Я сам закодировал несколько разбиений и хорошо строю кривую, но я хотел бы знать, есть ли быстрый рецепт, предоставленный h2o? Известно, что H2O упрощает работу с данными.
Вот что я делал, основываясь на ответе здесь пакет каретки и R
Я настроил цикл:
library(data.table)
library(dplyr)
library(h2o)
#
sizes <- seq(0.05, 1.0, 0.05)
#
learnCurve <- data.frame(mid = character(length(sizes)),
m = integer(length(sizes)),
n1 = integer(length(sizes)),
n0 = integer(length(sizes)),
trainRMSE = double(length(sizes)),
cvRMSE = double(length(sizes)),
trainAUC = double(length(sizes)),
cvAUC = double(length(sizes)),
trainTPR = double(length(sizes)),
cvTPR = double(length(sizes)),
trainFPR = double(length(sizes)),
cvFPR = double(length(sizes))
)
#
h2o.init()
for (i in 1:length(sizes)) {
set.seed(3)
ind <- sample(nrow(ddf1s), sizes[i]*nrow(ddf1s))
tr <- ddf1s[ind, ]
dd <- ddf1 %>% filter(id %in% tr$id)
#
setDT(dd)
#
dmh2o <- dd[, c(response, predictors), with = FALSE]
setDT(dmh2o)
setnames(dmh2o, predictors, newNames)
#
ddhex <- as.h2o(dmh2o)
#
splitsx <- h2o.splitFrame(data= ddhex, ratios = .7, seed = 1234)
trainx <- splitsx[[1]]
validx <- splitsx[[2]]
#
gbmTreex <- h2o.gbm(x = newNames, y = response,
training_frame = trainx,
validation_frame = validx,
max_depth = 8,
seed = 1234)
#
learnCurve$mid[i] <- gbmTreex@model_id
learnCurve$m[i] <- nrow(dmh2o)
learnCurve$n0[i] <- nrow(filter(dmh2o, target == 0))
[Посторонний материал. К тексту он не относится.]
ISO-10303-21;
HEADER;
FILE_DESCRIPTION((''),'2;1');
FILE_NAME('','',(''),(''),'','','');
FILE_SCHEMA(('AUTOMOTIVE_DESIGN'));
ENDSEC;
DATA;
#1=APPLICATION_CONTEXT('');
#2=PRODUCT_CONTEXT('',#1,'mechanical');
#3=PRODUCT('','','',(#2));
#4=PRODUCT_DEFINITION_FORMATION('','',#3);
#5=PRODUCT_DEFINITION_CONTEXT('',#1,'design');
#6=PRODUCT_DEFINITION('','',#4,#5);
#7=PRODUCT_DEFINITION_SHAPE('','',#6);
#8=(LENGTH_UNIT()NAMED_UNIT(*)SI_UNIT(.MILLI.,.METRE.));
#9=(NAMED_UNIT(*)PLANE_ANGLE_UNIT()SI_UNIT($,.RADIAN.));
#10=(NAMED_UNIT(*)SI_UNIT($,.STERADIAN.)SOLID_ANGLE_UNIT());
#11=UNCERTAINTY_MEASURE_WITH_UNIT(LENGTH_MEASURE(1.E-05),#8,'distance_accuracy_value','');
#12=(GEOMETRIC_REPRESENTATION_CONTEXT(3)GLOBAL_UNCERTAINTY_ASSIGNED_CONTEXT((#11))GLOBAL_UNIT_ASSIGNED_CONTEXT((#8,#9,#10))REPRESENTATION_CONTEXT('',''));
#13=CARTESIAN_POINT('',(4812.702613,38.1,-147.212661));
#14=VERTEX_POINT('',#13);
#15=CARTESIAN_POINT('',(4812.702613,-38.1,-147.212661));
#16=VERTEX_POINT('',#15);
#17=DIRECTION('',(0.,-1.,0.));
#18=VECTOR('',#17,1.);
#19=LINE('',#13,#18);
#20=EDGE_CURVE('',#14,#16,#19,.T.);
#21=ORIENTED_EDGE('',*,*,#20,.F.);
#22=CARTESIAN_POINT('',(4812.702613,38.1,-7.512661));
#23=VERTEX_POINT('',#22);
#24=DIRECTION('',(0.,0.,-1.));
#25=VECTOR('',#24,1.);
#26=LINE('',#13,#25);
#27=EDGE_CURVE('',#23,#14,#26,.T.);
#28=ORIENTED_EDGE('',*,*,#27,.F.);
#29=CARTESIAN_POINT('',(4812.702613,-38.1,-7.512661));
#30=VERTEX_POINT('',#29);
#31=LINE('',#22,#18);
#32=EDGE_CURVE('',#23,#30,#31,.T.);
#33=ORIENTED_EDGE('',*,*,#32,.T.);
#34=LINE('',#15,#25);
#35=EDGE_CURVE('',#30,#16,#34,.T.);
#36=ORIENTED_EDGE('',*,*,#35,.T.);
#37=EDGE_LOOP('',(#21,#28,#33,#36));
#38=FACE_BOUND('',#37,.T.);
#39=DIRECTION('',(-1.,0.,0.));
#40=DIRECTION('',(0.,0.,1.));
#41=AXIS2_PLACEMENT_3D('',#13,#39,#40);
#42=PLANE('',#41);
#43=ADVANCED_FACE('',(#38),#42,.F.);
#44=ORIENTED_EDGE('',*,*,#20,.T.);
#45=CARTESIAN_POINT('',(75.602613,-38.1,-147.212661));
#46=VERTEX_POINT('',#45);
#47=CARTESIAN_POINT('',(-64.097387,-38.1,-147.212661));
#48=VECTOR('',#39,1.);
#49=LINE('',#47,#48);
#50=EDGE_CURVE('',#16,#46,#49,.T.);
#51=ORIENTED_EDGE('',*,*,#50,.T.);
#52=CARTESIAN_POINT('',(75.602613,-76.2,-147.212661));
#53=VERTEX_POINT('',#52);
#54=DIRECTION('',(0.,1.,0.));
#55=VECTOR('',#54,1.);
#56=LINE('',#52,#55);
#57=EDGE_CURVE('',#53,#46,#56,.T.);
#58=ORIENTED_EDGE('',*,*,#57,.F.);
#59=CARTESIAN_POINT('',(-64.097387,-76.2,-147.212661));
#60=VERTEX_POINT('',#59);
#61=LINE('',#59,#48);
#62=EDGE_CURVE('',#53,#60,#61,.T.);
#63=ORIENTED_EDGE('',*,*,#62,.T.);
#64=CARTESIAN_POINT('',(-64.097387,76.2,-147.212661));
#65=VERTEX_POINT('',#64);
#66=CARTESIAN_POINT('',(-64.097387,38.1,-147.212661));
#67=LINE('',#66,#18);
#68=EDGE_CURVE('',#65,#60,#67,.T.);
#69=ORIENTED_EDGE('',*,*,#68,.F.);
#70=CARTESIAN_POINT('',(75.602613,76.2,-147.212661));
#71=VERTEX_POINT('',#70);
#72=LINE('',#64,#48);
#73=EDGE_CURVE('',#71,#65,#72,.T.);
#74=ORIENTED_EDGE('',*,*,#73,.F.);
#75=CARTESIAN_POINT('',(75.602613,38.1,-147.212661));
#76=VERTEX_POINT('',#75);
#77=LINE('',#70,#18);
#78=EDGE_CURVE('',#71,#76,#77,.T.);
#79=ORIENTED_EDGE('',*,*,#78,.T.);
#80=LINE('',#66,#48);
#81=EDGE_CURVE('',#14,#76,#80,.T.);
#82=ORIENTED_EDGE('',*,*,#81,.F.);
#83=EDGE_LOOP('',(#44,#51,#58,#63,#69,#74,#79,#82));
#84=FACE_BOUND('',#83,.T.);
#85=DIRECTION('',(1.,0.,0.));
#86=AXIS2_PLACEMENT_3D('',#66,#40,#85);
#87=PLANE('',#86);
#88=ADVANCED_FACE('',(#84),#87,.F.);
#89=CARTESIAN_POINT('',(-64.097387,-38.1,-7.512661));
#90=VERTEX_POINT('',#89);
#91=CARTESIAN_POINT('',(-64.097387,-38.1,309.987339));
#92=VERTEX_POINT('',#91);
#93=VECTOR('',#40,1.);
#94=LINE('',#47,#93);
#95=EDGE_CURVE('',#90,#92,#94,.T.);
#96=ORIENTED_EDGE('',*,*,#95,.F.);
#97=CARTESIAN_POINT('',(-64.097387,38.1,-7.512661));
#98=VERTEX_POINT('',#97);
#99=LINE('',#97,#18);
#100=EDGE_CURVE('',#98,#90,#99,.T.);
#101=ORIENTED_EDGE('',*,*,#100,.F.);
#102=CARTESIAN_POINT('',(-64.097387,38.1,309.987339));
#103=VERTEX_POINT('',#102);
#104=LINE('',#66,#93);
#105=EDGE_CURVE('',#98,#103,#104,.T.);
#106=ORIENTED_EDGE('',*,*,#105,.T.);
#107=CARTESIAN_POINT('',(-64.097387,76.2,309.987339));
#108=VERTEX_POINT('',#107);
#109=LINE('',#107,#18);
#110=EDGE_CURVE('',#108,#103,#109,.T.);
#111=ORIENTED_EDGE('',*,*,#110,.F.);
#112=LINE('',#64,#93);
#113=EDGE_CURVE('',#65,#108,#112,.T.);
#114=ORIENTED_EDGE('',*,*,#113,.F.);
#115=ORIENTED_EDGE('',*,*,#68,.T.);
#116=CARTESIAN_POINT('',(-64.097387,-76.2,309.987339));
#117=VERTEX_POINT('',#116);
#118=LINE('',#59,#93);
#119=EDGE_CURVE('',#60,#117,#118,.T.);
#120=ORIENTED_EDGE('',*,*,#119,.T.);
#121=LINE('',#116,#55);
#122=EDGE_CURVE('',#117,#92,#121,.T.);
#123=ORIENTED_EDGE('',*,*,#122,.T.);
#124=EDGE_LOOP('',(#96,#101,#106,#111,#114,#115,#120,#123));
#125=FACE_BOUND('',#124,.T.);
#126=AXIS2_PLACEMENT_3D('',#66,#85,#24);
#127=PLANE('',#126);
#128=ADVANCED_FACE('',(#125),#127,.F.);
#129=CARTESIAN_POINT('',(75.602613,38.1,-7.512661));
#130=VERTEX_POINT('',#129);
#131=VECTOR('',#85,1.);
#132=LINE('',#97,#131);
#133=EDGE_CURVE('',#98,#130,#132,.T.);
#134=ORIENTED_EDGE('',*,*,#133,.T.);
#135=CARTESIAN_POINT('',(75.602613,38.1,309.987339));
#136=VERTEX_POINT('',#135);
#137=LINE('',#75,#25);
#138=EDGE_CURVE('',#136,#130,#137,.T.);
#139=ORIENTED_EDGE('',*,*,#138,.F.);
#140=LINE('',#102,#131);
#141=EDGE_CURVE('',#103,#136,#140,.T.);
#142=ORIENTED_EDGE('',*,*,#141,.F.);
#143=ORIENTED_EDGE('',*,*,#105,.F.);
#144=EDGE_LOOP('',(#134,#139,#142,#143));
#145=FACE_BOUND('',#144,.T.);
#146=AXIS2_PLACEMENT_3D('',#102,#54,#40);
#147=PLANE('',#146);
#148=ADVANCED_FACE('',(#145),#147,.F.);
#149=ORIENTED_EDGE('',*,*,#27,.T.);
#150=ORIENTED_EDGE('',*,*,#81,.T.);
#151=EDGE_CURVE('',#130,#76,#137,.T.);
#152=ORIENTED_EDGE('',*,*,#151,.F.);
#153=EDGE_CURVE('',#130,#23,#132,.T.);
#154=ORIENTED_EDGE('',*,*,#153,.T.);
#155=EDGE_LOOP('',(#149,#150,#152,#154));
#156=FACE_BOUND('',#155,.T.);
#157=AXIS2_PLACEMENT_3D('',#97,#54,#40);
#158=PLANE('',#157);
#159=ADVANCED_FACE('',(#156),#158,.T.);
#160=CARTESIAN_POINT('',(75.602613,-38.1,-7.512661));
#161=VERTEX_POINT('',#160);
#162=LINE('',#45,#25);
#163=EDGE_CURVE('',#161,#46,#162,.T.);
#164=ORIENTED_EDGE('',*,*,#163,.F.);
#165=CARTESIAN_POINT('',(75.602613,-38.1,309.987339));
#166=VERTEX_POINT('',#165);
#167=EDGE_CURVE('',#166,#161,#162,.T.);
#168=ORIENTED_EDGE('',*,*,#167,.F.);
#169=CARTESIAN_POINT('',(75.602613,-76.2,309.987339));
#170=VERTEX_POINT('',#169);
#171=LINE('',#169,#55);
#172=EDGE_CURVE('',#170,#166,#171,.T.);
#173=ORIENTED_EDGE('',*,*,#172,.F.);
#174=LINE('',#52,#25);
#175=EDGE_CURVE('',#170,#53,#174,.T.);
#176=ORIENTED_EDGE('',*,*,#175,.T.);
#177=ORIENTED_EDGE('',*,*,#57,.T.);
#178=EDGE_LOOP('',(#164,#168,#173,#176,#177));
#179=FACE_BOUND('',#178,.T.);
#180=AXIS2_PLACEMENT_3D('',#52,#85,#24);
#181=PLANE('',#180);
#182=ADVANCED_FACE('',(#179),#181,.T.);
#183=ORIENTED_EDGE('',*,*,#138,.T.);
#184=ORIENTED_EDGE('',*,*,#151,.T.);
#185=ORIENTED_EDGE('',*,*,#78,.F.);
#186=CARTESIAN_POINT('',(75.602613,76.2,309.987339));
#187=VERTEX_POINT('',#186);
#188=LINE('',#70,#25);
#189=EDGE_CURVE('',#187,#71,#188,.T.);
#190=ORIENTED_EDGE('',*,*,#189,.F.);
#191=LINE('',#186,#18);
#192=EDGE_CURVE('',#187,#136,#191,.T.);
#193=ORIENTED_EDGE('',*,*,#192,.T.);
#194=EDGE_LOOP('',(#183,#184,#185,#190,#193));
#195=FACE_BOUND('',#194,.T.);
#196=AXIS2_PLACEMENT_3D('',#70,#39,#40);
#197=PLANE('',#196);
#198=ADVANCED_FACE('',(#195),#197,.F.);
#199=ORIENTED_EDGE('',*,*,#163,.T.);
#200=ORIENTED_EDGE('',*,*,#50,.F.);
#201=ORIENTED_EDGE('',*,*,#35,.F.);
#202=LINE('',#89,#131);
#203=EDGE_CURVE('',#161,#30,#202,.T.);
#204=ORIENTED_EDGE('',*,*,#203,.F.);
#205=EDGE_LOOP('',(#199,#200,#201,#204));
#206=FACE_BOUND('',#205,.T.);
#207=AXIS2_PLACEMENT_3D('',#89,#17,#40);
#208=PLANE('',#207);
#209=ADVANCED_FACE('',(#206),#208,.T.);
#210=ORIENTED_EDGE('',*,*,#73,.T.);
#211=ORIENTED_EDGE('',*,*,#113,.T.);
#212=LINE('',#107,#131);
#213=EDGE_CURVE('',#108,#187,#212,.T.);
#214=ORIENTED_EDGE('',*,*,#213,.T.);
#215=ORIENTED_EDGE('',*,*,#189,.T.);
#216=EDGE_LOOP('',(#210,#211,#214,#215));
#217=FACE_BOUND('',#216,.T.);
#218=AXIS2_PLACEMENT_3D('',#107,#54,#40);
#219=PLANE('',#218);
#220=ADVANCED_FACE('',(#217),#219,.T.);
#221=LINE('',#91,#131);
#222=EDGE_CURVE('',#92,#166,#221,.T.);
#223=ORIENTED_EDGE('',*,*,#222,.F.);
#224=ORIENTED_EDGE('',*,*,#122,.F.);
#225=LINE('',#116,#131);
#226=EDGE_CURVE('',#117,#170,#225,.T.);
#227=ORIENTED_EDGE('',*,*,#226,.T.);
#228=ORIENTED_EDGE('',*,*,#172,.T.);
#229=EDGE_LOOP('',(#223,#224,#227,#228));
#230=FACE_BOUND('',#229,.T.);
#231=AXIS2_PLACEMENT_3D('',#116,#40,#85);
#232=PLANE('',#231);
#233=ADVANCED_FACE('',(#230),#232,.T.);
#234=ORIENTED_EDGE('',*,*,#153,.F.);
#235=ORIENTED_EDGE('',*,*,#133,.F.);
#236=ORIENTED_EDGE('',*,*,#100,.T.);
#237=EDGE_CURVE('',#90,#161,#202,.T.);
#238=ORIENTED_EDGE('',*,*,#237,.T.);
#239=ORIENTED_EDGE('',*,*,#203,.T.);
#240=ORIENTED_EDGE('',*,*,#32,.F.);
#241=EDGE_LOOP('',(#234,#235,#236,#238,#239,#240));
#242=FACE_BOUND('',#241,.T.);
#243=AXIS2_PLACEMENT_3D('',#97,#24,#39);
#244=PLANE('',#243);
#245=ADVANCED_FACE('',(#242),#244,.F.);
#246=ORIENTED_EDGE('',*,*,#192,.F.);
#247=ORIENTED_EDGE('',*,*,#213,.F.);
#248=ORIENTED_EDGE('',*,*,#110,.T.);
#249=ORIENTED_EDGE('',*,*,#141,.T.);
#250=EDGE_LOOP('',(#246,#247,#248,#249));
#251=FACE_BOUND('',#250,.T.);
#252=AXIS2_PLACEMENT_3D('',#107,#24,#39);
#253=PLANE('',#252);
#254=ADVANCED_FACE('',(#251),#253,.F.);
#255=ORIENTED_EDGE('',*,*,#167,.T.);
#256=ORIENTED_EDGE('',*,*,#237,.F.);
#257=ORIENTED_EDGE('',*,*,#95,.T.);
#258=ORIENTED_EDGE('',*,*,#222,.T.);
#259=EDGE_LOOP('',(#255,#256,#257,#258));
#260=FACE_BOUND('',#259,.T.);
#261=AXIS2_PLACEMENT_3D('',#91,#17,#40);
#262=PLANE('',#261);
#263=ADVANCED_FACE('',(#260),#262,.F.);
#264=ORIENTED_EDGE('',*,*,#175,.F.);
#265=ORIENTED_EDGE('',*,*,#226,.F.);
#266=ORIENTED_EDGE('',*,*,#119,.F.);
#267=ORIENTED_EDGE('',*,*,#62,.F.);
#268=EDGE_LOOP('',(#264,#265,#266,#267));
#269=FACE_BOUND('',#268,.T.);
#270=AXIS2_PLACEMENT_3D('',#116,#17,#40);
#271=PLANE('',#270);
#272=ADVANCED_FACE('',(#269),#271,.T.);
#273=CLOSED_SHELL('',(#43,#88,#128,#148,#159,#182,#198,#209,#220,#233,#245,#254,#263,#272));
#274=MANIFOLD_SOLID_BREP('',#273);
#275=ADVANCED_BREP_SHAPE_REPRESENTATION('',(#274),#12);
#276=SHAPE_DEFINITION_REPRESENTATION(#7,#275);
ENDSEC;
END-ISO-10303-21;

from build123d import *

# Parameters (mm, degrees)
SKETCH1_W           = 4876.8
SKETCH1_H           = 139.7
BOSS_EXTRUDE1_DEPTH = 38.1
SKETCH2_W           = 139.7
SKETCH2_H           = 457.2
BOSS_EXTRUDE2_DEPTH = 38.1


with BuildPart() as part:
    # Sketch1 → Boss-Extrude1 (new body)
    with BuildSketch(Plane(origin=(0, 0, 0), x_dir=(1, 0, 0), z_dir=(0, 1, 0))):
        with Locations((2374.302612985, 77.362661321)):
            Rectangle(SKETCH1_W, SKETCH1_H)
    boss_extrude1 = extrude(amount=BOSS_EXTRUDE1_DEPTH)

    # Sketch2 → Boss-Extrude2 (add)
    with BuildSketch(Plane(origin=(0, 38.1, 0), x_dir=(1, 0, 0), z_dir=(0, 1, 0))):
        with Locations((5.752612985, -81.387338679)):
            Rectangle(SKETCH2_W, SKETCH2_H)
    boss_extrude2 = extrude(amount=BOSS_EXTRUDE2_DEPTH)

    # Mirror1: Boss-Extrude1, Boss-Extrude2 across plane
    add(boss_extrude1.mirror(Plane(origin=(-64.097387015, 0, -7.512661321), x_dir=(0, 0, 1), z_dir=(0, 1, 0))))
    add(boss_extrude2.mirror(Plane(origin=(-64.097387015, 0, -7.512661321), x_dir=(0, 0, 1), z_dir=(0, 1, 0))))


solid = part.part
learnCurve$n1[i] <- nrow(filter(dmh2o, target == 1))
learnCurve$trainRMSE[i] <- gbmTreex@model$training_metrics@metrics$RMSE
learnCurve$cvRMSE[i] <- gbmTreex@model$validation_metrics@metrics$RMSE
learnCurve$trainAUC[i] <- gbmTreex@model$training_metrics@metrics$AUC
learnCurve$cvAUC[i] <- gbmTreex@model$validation_metrics@metrics$AUC
learnCurve$trainTPR[i] <- gbmTreex@model$training_metrics@metrics$cm$table$`1`[[2]] / gbmTreex@model$training_metrics@metrics$cm$table$`1`[[3]]
learnCurve$cvTPR[i] <- gbmTreex@model$validation_metrics@metrics$cm$table$`1`[[2]] / gbmTreex@model$validation_metrics@metrics$cm$table$`1`[[3]]
learnCurve$trainFPR[i] <- gbmTreex@model$training_metrics@metrics$cm$table$Error[[2]]
learnCurve$cvFPR[i] <- gbmTreex@model$training_metrics@metrics$cm$table$Error[[2]]
#
mstemp <- gbmTreex@model$model_summary
if(i == 1) {
ms <- mstemp
}
#
if (i > 1) {
ms <- rbind(ms, mstemp)
}
#
print(i)#
rm(gbmTreex, dmh2o, ddhex, splitsx, trainx, validx)
gc()
}
#
h2o.shutdown()
Я не включал данные, так как основной вопрос заключается в получении метрик модели путем изменения размеров данных. Я хотел бы знать, есть ли другой (более быстрый) способ, предоставляемый H2O?